Chapter \ref{prerequisiti} is an introductory collection of the main
tools needed in the following parts. It includes: Orlik-Solomon algebra
and related topics, as the so called \emph{broken circuit bases}; the
definition of Salvetti complex; the main definitions and results of
the Discrete Morse Theory, following the original work by Forman
(\cite{forman,forman1}).


In chapter \ref{sottospazi} we deal with general
subspace arrangements. In section \ref{Gorformula} we recall
Goresky-MacPherson formula. We consider here the explicit example
given in \cite{jewell} of a subspace arrangement such that its
complement is not torsion-free. This arrangement is composed with six
codimensional-5 coordinate subspaces in $\R^{10}$ (we make complete
computation of the cohomology of the complement by using
Goresky-MacPherson formula).


In section \ref{spaziconfigurazione} we define generalized
$d-$configuration spaces $\mathcal{M}(\A)^{(d)}$,
and the generalized Salvetti complex
$\S^{(d)},$ whose cells correspond to all \emph{chains}
$(C\<F_1\<\dots\<F_d),$ where $C$ is a chamber and the $F_i$'s are
facets of the induced stratification $\Fi(\A)$ of $\R^n$ (and $\<$ is the
standard face-ordering in $\Fi(\A)$).

In chapter \ref{salvettisettepanella} we present the reduction of the
complex $\S=\S^{(1)}$ using discrete Morse theory, following \cite{salvsett}.
We define a system of polar coordinates in $\R^n$, and the induced
polar ordering on the stratification
$\Fi(\A).$ Next,
we define a gradient vector field $\Gamma$ on the set
of cells of $\S$; the critical cells of $\Gamma$ are in one-to-one
correspondence with the cells of a new $CW$-complex, which has the same
homotopy type as $\S.$ One can verify that the number of critical cells
of dimension $k$ equals the $k-$th Betti
number, so the latter $CW$-complex is minimal.

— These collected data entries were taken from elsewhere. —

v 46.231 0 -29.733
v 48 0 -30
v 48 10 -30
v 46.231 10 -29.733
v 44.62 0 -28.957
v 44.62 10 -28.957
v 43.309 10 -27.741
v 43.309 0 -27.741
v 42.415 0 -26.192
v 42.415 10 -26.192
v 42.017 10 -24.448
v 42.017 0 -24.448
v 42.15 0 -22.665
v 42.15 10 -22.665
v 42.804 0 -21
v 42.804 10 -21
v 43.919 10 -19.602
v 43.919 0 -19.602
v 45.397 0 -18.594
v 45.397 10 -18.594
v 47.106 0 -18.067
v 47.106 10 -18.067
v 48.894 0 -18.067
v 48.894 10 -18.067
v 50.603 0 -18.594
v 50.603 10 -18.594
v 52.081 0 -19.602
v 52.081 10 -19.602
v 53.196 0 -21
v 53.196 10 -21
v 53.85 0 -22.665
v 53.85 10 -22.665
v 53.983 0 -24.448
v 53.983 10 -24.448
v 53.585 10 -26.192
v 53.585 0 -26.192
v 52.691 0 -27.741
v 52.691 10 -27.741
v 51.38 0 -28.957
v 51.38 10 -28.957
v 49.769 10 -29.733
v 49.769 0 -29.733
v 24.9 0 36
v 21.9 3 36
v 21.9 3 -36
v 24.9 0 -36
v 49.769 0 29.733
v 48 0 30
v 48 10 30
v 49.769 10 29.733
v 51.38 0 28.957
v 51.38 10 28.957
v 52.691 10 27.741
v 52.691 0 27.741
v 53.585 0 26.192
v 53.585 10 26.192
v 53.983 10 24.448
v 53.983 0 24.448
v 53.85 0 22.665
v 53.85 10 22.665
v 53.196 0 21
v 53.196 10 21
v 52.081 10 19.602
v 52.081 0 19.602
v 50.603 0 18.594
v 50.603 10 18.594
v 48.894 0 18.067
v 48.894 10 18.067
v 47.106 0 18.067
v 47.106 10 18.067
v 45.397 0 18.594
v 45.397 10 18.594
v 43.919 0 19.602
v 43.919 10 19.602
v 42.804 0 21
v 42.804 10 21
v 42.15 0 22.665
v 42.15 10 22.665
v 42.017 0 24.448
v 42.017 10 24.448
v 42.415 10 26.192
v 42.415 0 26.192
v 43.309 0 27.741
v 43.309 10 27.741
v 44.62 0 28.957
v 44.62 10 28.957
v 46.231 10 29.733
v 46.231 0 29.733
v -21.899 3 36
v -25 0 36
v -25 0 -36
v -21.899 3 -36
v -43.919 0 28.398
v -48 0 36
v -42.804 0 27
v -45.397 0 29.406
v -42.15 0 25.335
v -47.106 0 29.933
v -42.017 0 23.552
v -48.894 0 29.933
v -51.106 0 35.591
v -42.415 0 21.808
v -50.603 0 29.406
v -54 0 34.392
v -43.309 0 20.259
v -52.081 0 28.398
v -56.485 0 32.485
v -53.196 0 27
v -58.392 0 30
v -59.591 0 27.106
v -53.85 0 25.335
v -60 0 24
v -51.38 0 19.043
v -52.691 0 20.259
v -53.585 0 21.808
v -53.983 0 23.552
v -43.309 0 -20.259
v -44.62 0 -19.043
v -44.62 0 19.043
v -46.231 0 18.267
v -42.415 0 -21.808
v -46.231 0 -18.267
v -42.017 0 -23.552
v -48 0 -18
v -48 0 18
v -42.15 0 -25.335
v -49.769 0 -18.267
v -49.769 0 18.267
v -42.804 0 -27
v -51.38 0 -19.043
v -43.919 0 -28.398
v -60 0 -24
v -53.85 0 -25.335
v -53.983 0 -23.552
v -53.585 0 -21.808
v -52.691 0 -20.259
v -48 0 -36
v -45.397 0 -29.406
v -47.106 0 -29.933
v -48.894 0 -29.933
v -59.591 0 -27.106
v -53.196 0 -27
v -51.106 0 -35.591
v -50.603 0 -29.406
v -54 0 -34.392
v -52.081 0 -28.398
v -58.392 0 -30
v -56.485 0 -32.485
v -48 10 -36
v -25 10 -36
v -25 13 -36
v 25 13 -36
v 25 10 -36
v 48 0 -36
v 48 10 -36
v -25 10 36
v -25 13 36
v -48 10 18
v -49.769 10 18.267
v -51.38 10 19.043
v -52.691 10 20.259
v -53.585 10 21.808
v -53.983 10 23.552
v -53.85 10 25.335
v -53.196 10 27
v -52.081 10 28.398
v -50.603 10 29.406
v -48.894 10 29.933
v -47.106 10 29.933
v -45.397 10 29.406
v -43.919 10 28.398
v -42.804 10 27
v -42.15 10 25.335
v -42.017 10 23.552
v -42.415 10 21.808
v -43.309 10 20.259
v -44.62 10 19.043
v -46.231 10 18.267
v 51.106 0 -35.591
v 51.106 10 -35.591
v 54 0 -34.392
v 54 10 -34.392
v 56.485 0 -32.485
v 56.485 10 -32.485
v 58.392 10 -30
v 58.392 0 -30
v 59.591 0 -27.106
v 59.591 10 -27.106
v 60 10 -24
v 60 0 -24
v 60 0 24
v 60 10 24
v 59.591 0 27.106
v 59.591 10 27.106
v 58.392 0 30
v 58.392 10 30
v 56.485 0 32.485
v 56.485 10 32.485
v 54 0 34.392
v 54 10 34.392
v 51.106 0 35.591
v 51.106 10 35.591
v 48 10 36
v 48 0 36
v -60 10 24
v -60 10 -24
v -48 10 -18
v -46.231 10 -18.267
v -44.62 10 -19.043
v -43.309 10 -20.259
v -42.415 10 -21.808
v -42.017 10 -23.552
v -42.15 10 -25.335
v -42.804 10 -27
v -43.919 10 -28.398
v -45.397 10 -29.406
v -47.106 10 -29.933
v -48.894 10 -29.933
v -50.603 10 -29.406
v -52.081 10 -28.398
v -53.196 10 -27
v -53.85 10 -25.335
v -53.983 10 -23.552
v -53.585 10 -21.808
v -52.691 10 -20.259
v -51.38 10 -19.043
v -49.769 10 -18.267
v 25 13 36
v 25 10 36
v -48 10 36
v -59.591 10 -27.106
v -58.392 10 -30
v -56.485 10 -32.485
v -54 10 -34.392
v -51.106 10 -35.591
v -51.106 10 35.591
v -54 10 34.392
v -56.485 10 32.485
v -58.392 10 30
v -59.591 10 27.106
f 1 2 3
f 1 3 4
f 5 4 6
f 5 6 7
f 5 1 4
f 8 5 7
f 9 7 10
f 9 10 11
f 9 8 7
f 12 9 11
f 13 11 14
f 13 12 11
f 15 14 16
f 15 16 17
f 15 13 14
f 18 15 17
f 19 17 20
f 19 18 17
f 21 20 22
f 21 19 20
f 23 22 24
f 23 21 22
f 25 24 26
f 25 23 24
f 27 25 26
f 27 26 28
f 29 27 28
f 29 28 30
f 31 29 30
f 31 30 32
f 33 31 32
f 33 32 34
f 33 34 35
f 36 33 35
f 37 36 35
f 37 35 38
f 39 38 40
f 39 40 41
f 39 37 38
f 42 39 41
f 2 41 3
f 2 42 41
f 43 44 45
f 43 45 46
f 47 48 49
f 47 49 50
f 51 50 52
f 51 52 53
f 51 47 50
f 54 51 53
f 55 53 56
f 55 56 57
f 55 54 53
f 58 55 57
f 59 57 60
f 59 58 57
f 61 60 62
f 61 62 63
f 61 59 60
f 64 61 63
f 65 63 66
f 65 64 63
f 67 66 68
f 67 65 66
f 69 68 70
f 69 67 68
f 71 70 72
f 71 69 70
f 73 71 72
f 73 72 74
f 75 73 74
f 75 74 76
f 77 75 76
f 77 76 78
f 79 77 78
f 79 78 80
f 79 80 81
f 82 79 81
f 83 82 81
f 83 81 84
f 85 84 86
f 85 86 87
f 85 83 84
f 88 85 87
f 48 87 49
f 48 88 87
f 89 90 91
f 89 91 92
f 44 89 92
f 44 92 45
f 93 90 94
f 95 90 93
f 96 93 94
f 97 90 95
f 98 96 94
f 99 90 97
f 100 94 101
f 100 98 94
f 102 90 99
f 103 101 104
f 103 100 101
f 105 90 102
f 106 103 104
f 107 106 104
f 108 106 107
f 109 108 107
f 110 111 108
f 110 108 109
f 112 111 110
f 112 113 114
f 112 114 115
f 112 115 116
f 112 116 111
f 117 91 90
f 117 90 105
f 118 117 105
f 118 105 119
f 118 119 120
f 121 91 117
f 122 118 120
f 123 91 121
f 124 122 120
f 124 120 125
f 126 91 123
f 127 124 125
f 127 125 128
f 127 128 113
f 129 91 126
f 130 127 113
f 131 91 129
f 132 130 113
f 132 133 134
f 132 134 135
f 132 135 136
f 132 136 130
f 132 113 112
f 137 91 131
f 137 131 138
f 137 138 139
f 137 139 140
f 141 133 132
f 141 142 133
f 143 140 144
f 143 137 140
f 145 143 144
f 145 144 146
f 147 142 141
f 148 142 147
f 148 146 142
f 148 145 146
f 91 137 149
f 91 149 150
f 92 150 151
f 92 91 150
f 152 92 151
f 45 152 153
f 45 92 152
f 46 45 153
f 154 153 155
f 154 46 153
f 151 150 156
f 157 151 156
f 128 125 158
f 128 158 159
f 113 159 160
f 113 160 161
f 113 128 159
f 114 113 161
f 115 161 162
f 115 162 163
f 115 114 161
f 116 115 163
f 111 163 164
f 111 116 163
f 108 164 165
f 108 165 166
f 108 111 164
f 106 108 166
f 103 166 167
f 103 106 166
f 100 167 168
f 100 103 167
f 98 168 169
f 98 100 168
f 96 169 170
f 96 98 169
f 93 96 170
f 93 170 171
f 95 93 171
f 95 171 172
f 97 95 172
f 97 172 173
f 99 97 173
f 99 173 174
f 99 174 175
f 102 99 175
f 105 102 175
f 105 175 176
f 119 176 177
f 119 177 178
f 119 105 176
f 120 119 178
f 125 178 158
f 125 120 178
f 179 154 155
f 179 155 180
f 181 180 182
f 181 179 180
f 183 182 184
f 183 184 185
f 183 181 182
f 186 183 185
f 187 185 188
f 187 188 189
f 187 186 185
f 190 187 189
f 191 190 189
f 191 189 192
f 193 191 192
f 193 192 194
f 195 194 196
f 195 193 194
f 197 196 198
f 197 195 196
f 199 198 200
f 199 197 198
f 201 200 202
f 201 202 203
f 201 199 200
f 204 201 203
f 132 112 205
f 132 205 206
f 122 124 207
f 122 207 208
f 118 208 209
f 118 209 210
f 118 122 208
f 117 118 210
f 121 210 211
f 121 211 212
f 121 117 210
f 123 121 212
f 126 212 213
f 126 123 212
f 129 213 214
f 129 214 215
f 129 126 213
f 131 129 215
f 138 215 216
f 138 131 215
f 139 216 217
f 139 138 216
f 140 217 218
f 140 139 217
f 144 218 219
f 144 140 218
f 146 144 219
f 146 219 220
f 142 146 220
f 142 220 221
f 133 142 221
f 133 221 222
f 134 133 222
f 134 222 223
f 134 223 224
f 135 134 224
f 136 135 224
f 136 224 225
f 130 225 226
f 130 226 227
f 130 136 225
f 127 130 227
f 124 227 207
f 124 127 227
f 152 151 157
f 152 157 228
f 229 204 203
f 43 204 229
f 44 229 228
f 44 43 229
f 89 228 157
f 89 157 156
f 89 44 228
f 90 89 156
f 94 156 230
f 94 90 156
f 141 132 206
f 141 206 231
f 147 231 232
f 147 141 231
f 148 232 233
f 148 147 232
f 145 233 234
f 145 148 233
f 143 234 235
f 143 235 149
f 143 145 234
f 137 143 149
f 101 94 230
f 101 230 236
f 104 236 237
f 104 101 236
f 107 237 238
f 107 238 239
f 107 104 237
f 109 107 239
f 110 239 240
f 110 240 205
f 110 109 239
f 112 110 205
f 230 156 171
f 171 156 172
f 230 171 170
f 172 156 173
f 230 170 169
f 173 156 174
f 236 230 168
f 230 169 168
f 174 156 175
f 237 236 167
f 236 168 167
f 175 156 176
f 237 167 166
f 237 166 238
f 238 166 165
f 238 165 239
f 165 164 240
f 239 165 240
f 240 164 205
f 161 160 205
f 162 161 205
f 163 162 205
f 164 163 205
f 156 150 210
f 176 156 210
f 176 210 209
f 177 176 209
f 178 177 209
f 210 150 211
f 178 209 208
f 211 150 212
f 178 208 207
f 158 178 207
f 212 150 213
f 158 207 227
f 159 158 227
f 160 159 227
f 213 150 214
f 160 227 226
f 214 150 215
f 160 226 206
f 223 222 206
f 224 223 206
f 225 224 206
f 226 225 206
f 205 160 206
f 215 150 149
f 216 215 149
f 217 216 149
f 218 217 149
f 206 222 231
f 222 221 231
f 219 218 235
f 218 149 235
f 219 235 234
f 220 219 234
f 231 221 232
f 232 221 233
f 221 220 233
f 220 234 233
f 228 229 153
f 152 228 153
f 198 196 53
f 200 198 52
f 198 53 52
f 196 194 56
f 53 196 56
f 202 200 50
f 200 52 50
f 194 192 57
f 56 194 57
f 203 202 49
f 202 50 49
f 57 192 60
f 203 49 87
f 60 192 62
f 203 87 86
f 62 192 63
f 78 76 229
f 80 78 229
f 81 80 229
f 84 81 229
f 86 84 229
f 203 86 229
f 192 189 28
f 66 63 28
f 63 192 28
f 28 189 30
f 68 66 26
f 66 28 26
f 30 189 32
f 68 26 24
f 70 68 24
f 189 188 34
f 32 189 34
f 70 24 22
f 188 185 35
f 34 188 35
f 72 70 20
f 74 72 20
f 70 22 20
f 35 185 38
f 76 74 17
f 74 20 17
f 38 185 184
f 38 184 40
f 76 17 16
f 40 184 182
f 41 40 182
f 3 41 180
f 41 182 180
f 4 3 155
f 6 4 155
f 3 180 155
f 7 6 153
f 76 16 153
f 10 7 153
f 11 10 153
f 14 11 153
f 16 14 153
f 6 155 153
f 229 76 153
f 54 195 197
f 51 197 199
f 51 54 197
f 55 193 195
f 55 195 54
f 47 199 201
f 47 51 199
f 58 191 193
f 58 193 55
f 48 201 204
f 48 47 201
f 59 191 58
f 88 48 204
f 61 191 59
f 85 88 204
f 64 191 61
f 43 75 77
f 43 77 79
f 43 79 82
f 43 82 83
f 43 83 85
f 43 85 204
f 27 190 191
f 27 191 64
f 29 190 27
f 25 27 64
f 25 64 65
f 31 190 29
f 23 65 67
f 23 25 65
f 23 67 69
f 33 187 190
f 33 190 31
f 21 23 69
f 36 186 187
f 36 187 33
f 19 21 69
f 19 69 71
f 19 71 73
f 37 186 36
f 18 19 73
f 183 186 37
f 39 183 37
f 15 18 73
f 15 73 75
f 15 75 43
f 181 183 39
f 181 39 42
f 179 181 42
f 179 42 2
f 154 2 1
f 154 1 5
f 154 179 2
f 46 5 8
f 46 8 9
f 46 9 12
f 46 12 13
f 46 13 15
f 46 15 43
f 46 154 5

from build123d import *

# Parameters (mm, degrees)
SKETCH1_R           = 6
BOSS_EXTRUDE1_DEPTH = 10
BOSS_EXTRUDE2_DEPTH = 3
CUT_EXTRUDE6_DEPTH  = 500


with BuildPart() as part:
    # Sketch1 → Boss-Extrude1 (new body)
    with BuildSketch(Plane(origin=(0, 0, 0), x_dir=(1, 0, 0), z_dir=(0, 1, 0))):
        with BuildLine():
            Line((0, 36), (48, 36))
            ThreePointArc((48, 36), (56.485281374, 32.485281374), (60, 24))
            Line((60, 24), (60, -24))
            ThreePointArc((60, -24), (56.485281374, -32.485281374), (48, -36))
            Line((48, -36), (-48, -36))
            ThreePointArc((-48, -36), (-56.485281374, -32.485281374), (-60, -24))
            Line((-60, -24), (-60, 24))
            ThreePointArc((-60, 24), (-56.485281374, 32.485281374), (-48, 36))
            Line((-48, 36), (0, 36))
        make_face()
        with Locations(Location((-48, 24, 0), (0, 0, 270))):
            Circle(SKETCH1_R, mode=Mode.SUBTRACT)
        with Locations(Location((48, 24, 0), (0, 0, 90))):
            Circle(SKETCH1_R, mode=Mode.SUBTRACT)
        with Locations(Location((48, -24, 0), (0, 0, 270))):
            Circle(SKETCH1_R, mode=Mode.SUBTRACT)
        with Locations(Location((-48, -24, 0), (0, 0, 90))):
            Circle(SKETCH1_R, mode=Mode.SUBTRACT)
    extrude(amount=BOSS_EXTRUDE1_DEPTH)

    # Sketch2 → Boss-Extrude2 (add)
    with BuildSketch(Plane(origin=(0, 10, 0), x_dir=(1, 0, 0), z_dir=(0, 1, 0))):
        Polygon((-25, 36), (-25, 11.04169411), (-25, -36), (25, -36), (25, 36), align=None)
    extrude(amount=BOSS_EXTRUDE2_DEPTH)

    # Sketch7 → Cut-Extrude6 (cut)
    with BuildSketch(Plane.XY.offset(36)):
        Polygon((-21.898641014, 3), (21.9, 3), (24.9, 0), (-25, 0), align=None)
    extrude(amount=-CUT_EXTRUDE6_DEPTH, mode=Mode.SUBTRACT)


solid = part.part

The main original part of our thesis is contained in the last two chapters.

In chapter \ref{sec:formula} we consider the two-dimensional case. For
any affine line arrangement $\A,$ we give explicit \emph{minimal} attaching
maps for the minimal two-complex corresponding to the polar gradient
vector field. After considering the central case, the proof is by
induction on the number of $0$-dimensional facets of $\A.$

Of course, presentations of the fundamental
group of the complement follow straightforward from these explicit
boundary formulas.


In chapter \ref{configuration} we apply discrete Morse theory to the
complex $\S^{(d)}$. Even if the philosophy here is similar to that used
for $d=1$, the extension to the case $d>1$ is not trivial. To
construct a gradient field on $\S^{(d)},$ we have to consider on the
$i$th-component of the chains $(C\<F_1\<\dots\<F_d)\in \Sd$
either the polar ordering which is
induced on the arrangement "centered" in the $(i+1)$th-component of
the chain, or the opposite of such ordering, according to the parity
of $d-i.$ Then we use a double induction over $d$ and the dimension of
a sub-arrangement of $\A.$


Several examples are considered in order to better illustrate our results.